TASK BRIEF:
Below are records; reproduce exactly the lines from the one that has "#13=CARTESIAN_POINT('',(2.,0.,0.));" through the one that has "#22=CARTESIAN_POINT('',(-2.,0.,0.));", ends included, and nothing more.

=== MATERIAL SHOWN ===

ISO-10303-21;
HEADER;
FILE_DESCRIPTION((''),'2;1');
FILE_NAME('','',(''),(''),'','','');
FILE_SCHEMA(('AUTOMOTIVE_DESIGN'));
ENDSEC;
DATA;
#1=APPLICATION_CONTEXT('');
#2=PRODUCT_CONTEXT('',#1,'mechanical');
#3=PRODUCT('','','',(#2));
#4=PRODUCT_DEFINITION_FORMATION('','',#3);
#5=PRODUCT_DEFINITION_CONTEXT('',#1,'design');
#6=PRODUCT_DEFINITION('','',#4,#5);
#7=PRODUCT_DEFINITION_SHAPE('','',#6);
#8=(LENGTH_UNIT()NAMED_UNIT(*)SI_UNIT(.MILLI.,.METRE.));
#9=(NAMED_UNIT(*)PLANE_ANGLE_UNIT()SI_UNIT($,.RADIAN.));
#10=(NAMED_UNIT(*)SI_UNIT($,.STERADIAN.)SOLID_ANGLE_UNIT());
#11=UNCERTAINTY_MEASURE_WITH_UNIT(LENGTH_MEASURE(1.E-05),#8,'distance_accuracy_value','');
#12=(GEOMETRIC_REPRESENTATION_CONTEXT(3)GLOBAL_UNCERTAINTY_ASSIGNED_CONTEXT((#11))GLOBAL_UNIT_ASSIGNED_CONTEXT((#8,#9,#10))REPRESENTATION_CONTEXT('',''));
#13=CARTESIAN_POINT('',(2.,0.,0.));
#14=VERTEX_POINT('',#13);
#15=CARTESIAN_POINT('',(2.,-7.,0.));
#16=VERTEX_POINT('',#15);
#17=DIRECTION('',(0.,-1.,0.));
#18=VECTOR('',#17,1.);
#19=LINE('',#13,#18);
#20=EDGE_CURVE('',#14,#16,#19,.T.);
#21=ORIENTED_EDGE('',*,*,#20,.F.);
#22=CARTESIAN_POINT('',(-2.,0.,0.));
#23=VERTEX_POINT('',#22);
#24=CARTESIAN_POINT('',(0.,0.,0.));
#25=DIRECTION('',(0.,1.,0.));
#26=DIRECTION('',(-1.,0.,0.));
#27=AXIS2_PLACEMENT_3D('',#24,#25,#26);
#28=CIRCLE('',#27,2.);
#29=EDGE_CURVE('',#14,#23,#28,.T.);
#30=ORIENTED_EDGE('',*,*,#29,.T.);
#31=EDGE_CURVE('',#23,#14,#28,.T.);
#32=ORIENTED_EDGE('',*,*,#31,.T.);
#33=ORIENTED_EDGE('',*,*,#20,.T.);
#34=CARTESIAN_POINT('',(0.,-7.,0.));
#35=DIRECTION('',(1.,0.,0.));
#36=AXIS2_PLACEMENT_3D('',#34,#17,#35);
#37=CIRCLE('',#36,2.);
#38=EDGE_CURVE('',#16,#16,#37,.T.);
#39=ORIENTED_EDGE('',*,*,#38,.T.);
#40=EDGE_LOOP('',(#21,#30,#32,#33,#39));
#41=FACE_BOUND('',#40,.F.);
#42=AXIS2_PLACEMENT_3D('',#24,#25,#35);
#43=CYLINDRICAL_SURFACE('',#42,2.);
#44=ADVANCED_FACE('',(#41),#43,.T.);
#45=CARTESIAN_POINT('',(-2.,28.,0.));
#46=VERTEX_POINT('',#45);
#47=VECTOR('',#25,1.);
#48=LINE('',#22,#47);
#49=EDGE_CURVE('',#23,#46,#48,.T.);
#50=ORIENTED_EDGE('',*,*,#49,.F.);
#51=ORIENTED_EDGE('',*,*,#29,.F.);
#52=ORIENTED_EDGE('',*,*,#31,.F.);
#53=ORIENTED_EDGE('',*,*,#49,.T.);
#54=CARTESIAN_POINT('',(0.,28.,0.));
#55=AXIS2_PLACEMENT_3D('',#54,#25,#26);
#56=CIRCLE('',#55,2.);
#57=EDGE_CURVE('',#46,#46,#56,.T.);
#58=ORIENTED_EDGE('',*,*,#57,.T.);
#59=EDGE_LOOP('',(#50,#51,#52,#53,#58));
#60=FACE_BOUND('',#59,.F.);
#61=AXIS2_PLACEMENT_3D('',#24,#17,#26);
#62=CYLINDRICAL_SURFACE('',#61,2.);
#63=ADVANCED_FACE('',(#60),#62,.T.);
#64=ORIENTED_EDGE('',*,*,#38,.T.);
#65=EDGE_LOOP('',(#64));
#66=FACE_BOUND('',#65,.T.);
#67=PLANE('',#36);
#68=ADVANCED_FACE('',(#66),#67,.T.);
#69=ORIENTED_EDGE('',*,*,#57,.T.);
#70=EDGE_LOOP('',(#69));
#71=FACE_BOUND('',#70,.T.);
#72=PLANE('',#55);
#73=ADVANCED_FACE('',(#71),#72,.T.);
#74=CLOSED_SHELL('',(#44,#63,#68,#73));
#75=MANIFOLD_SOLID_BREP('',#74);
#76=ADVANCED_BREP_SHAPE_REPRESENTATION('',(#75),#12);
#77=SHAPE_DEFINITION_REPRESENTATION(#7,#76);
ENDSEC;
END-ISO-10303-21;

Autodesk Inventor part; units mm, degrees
ref_plane "YZ Plane" through (0, 0, 0) normal (1, 0, 0) x (0, 1, 0)
ref_plane "XZ Plane" through (0, 0, 0) normal (0, 1, 0) x (-1, 0, 0)
ref_plane "XY Plane" through (0, 0, 0) normal (0, 0, 1) x (1, 0, 0)
sketch "Sketch1" plane through (0, 0, 0) normal (0, 1, 0) x (-1, 0, 0)
  circle A0 centre (0, 0) radius 2
  dimension "d0" = 4
extrude "Extrusion1" add sketch "Sketch1" along normal blind 28
sketch "Sketch2" plane through (0, 0, 0) normal (0, -1, 0) x (1, 0, 0)
  circle A0 centre (0, 0) radius 2 projected
extrude "Extrusion2" add sketch "Sketch2" along normal blind 7
properties part number "hridelka_packa"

===

RESULT OF THIS EXERCISE:
#13=CARTESIAN_POINT('',(2.,0.,0.));
#14=VERTEX_POINT('',#13);
#15=CARTESIAN_POINT('',(2.,-7.,0.));
#16=VERTEX_POINT('',#15);
#17=DIRECTION('',(0.,-1.,0.));
#18=VECTOR('',#17,1.);
#19=LINE('',#13,#18);
#20=EDGE_CURVE('',#14,#16,#19,.T.);
#21=ORIENTED_EDGE('',*,*,#20,.F.);
#22=CARTESIAN_POINT('',(-2.,0.,0.));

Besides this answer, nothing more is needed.